* [INSTRUCTIONS TO FOLLOW]: All that is wanted is a word-for-word copy of the data from its first line to the line containing "#7=PRODUCT_DEFINITION_SHAPE('','',#6);", both included.

* [TASK DATA]:
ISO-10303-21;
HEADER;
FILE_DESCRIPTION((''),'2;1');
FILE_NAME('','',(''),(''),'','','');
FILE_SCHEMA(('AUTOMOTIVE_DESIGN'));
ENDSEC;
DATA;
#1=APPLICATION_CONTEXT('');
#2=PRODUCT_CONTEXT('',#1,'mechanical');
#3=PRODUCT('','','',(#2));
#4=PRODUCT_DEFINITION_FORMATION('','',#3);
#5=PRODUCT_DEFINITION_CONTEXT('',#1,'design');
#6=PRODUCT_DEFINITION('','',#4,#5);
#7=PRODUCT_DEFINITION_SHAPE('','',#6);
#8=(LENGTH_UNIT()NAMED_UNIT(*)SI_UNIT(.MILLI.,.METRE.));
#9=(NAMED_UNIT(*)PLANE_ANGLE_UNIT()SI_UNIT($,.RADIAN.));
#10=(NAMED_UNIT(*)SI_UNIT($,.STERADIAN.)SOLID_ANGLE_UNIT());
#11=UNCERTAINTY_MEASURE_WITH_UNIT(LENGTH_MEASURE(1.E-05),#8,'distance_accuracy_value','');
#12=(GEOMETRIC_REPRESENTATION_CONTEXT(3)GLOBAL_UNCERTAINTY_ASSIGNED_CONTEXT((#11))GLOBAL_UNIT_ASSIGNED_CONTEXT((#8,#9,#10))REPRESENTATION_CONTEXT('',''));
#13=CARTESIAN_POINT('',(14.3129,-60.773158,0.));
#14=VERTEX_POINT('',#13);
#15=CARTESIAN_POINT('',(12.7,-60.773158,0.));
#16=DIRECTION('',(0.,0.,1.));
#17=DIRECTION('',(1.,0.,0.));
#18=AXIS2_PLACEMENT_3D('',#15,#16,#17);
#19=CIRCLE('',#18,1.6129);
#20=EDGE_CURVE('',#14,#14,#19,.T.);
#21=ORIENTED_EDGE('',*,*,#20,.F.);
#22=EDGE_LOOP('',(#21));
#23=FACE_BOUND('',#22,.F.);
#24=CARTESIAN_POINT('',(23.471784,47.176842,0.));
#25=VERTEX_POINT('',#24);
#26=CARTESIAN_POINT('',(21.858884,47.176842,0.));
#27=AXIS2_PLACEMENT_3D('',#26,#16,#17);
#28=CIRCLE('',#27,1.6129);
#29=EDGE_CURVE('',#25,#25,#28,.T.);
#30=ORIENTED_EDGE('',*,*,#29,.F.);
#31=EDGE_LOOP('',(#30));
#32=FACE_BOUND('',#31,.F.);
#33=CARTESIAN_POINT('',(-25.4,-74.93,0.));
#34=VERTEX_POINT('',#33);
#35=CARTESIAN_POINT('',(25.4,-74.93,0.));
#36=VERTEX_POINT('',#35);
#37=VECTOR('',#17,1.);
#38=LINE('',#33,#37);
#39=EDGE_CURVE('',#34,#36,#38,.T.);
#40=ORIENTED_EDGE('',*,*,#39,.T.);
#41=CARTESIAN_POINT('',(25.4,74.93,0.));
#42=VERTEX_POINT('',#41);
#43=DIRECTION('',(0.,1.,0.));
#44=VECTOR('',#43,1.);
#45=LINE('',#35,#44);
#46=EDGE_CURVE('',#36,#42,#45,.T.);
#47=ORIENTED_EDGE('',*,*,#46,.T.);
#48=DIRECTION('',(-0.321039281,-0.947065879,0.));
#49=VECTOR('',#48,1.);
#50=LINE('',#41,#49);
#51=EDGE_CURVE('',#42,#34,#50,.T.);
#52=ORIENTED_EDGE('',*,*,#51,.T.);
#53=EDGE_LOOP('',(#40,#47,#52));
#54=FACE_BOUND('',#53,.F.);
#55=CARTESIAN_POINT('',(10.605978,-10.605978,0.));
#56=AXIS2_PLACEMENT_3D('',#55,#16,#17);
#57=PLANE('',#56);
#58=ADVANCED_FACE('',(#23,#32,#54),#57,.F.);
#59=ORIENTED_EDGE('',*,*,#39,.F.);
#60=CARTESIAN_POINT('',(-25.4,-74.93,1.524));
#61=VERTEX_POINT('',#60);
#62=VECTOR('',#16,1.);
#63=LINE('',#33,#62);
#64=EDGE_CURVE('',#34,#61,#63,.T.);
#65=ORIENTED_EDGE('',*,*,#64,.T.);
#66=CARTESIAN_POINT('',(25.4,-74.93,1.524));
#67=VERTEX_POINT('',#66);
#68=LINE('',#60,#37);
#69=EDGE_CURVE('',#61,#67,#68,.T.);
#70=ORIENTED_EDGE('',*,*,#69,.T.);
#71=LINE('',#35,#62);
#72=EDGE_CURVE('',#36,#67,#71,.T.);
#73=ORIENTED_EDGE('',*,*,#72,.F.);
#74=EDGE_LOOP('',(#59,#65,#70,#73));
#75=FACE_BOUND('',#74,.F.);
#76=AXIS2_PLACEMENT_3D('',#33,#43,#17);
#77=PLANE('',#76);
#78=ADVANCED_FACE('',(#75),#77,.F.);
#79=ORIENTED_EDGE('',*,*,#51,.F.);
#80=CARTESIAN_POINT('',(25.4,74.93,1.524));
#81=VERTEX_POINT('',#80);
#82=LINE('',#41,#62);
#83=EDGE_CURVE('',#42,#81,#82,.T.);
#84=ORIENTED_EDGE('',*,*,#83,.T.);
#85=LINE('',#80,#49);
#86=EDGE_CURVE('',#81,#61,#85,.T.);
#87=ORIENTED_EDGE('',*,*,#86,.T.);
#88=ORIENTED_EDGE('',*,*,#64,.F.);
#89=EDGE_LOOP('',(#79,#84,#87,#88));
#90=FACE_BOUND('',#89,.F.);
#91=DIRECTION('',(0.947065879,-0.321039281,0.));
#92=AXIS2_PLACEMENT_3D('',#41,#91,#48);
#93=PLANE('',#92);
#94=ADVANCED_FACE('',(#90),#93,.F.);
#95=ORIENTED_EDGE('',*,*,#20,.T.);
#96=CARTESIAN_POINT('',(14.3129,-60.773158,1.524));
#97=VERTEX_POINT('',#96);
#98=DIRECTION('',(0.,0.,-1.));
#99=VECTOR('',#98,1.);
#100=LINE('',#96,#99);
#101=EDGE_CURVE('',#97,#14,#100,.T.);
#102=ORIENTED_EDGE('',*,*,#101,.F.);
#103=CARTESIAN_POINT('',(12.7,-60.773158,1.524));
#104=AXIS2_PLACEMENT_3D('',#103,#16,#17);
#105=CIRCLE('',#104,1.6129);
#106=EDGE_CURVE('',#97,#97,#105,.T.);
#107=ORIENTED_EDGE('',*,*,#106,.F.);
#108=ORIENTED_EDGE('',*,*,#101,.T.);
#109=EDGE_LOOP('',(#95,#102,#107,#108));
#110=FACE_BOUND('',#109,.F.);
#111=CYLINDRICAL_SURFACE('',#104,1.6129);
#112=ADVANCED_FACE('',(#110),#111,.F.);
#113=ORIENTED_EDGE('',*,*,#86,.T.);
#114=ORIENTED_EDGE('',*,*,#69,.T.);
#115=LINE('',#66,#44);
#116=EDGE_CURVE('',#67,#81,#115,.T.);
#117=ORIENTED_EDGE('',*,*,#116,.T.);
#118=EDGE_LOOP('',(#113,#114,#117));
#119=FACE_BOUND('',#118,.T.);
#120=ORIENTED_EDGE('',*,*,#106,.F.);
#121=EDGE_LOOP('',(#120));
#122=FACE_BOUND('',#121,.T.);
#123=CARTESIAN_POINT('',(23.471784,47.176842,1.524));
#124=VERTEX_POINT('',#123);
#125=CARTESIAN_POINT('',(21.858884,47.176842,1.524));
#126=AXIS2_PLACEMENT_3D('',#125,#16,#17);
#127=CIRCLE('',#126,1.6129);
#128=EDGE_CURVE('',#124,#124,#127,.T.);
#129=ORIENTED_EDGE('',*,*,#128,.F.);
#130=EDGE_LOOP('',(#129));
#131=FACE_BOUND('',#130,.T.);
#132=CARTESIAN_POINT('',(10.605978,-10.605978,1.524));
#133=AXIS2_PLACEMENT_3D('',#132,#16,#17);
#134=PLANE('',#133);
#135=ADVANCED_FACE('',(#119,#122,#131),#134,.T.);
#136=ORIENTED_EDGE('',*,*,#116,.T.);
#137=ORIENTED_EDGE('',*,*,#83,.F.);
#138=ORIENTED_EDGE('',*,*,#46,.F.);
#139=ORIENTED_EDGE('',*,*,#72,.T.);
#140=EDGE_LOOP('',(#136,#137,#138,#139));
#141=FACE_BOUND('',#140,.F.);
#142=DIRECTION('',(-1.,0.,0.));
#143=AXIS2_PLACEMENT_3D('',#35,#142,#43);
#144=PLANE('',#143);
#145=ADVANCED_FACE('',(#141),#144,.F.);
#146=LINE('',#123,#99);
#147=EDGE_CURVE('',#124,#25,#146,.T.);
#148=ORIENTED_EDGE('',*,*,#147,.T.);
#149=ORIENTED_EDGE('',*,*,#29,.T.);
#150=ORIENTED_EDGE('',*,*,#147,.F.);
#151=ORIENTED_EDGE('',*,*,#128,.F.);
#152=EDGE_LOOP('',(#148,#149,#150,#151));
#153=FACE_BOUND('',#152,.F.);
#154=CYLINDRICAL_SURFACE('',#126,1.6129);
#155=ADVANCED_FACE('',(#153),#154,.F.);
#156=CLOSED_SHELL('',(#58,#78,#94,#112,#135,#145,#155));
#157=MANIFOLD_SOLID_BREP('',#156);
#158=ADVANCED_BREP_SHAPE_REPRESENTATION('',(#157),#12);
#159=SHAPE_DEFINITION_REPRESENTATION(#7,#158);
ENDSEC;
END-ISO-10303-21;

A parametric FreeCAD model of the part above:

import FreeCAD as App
import Part
import Sketcher
from FreeCAD import Vector
Q = App.Units.Quantity


def add_polygon(sketch, points):
    """Adds a closed chain of lines whose ends are joined by coincident constraints."""
    first, n = sketch.GeometryCount, len(points)
    for a, b in zip(points, points[1:] + points[:1]):
        sketch.addGeometry(Part.LineSegment(App.Vector(*a, 0), App.Vector(*b, 0)), False)
    for i in range(n):
        sketch.addConstraint(Sketcher.Constraint("Coincident", first + i, 2, first + (i + 1) % n, 1))

doc = App.newDocument("Part")
params = doc.addObject("Spreadsheet::Sheet", "Params")
for row, (alias, value) in enumerate([
    ("sketch1_width", "2 in"),
    ("sketch1_height", "5.9 in"),
    ("pad1_length", "0.06 in"),
    ("sketch2_diameter", "0.127 in"),
    ("pocket1_length", "1 in"),
    ("sketch3_diameter", "0.127 in"),
    ("pocket2_length", "1.55 in"),
], start=1):
    params.set(f"A{row}", alias)
    params.set(f"B{row}", "=" + value)
    params.setAlias(f"B{row}", alias)

body = doc.addObject("PartDesign::Body", "Body")

# Sketch on XY plane
sketch1 = body.newObject("Sketcher::SketchObject", "Sketch")
sketch1.AttachmentSupport = (doc.getObject("XY_Plane"), [""])
sketch1.MapMode = "FlatFace"
add_polygon(sketch1, [(-25, -75), (25, -75), (25, 75)])  # lines 0-2
sketch1.addConstraint([
    Sketcher.Constraint("Horizontal", 0),
    Sketcher.Constraint("Vertical", 1),
    Sketcher.Constraint("Symmetric", 1, 2, 2, 2, -1, 1),
    Sketcher.Constraint("DistanceX", 0, 1, 0, 2, Q("2 in")),
    Sketcher.Constraint("DistanceY", 1, 1, 1, 2, Q("5.9 in")),
])
sketch1.setExpression("Constraints[6]", "Params.sketch1_width")
sketch1.setExpression("Constraints[7]", "Params.sketch1_height")
pad1 = body.newObject("PartDesign::Pad", "Pad")
pad1.Profile = sketch1
pad1.setExpression("Length", "Params.pad1_length")

# Sketch on XY plane
sketch2 = body.newObject("Sketcher::SketchObject", "Sketch001")
sketch2.AttachmentSupport = (doc.getObject("XY_Plane"), [""])
sketch2.MapMode = "FlatFace"
sketch2.AttachmentOffset = App.Placement(Vector(0, 0, 0.06 * 25.4), App.Rotation())
sketch2.addGeometry([
    Part.Circle(Vector(21.9, 47.2, 0), Vector(0, 0, 1), 1.6),
    Part.Circle(Vector(12.7, -60.8, 0), Vector(0, 0, 1), 1.6),
], False)
sketch2.addConstraint([
    Sketcher.Constraint("Equal", 0, 1),
    Sketcher.Constraint("Diameter", 0, Q("0.127 in")),
    Sketcher.Constraint("DistanceX", -1, 1, 1, 3, Q("0.5 in")),
    Sketcher.Constraint("DistanceY", 1, 3, 0, 3, Q("4.25 in")),
    Sketcher.Constraint("DistanceY", 1, 3, -1, 1, 60.773158),
    Sketcher.Constraint("DistanceX", -1, 1, 0, 3, 21.858884),
])
sketch2.setExpression("Constraints[1]", "Params.sketch2_diameter")
pocket1 = body.newObject("PartDesign::Pocket", "Pocket")
pocket1.Profile = sketch2
pocket1.setExpression("Length", "Params.pocket1_length")

# Sketch on XY plane
sketch3 = body.newObject("Sketcher::SketchObject", "Sketch002")
sketch3.AttachmentSupport = (doc.getObject("XY_Plane"), [""])
sketch3.MapMode = "FlatFace"
sketch3.AttachmentOffset = App.Placement(Vector(0, 0, 0.06 * 25.4), App.Rotation())
sketch3.addGeometry([
    Part.Circle(Vector(21.9, 47.2, 0), Vector(0, 0, 1), 1.6),
    Part.Circle(Vector(12.7, -60.8, 0), Vector(0, 0, 1), 1.6),
], False)
sketch3.addConstraint([
    Sketcher.Constraint("Equal", 0, 1),
    Sketcher.Constraint("Diameter", 0, Q("0.127 in")),
    Sketcher.Constraint("DistanceX", -1, 1, 1, 3, Q("0.5 in")),
    Sketcher.Constraint("DistanceY", 1, 3, 0, 3, Q("4.25 in")),
    Sketcher.Constraint("DistanceY", 1, 3, -1, 1, 60.773158),
    Sketcher.Constraint("DistanceX", -1, 1, 0, 3, 21.858884),
])
sketch3.setExpression("Constraints[1]", "Params.sketch3_diameter")
pocket2 = body.newObject("PartDesign::Pocket", "Pocket001")
pocket2.Profile = sketch3
pocket2.setExpression("Length", "Params.pocket2_length")
pocket2.Reversed = True

doc.recompute()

* [REPLY TO THE EXERCISE]:
ISO-10303-21;
HEADER;
FILE_DESCRIPTION((''),'2;1');
FILE_NAME('','',(''),(''),'','','');
FILE_SCHEMA(('AUTOMOTIVE_DESIGN'));
ENDSEC;
DATA;
#1=APPLICATION_CONTEXT('');
#2=PRODUCT_CONTEXT('',#1,'mechanical');
#3=PRODUCT('','','',(#2));
#4=PRODUCT_DEFINITION_FORMATION('','',#3);
#5=PRODUCT_DEFINITION_CONTEXT('',#1,'design');
#6=PRODUCT_DEFINITION('','',#4,#5);
#7=PRODUCT_DEFINITION_SHAPE('','',#6);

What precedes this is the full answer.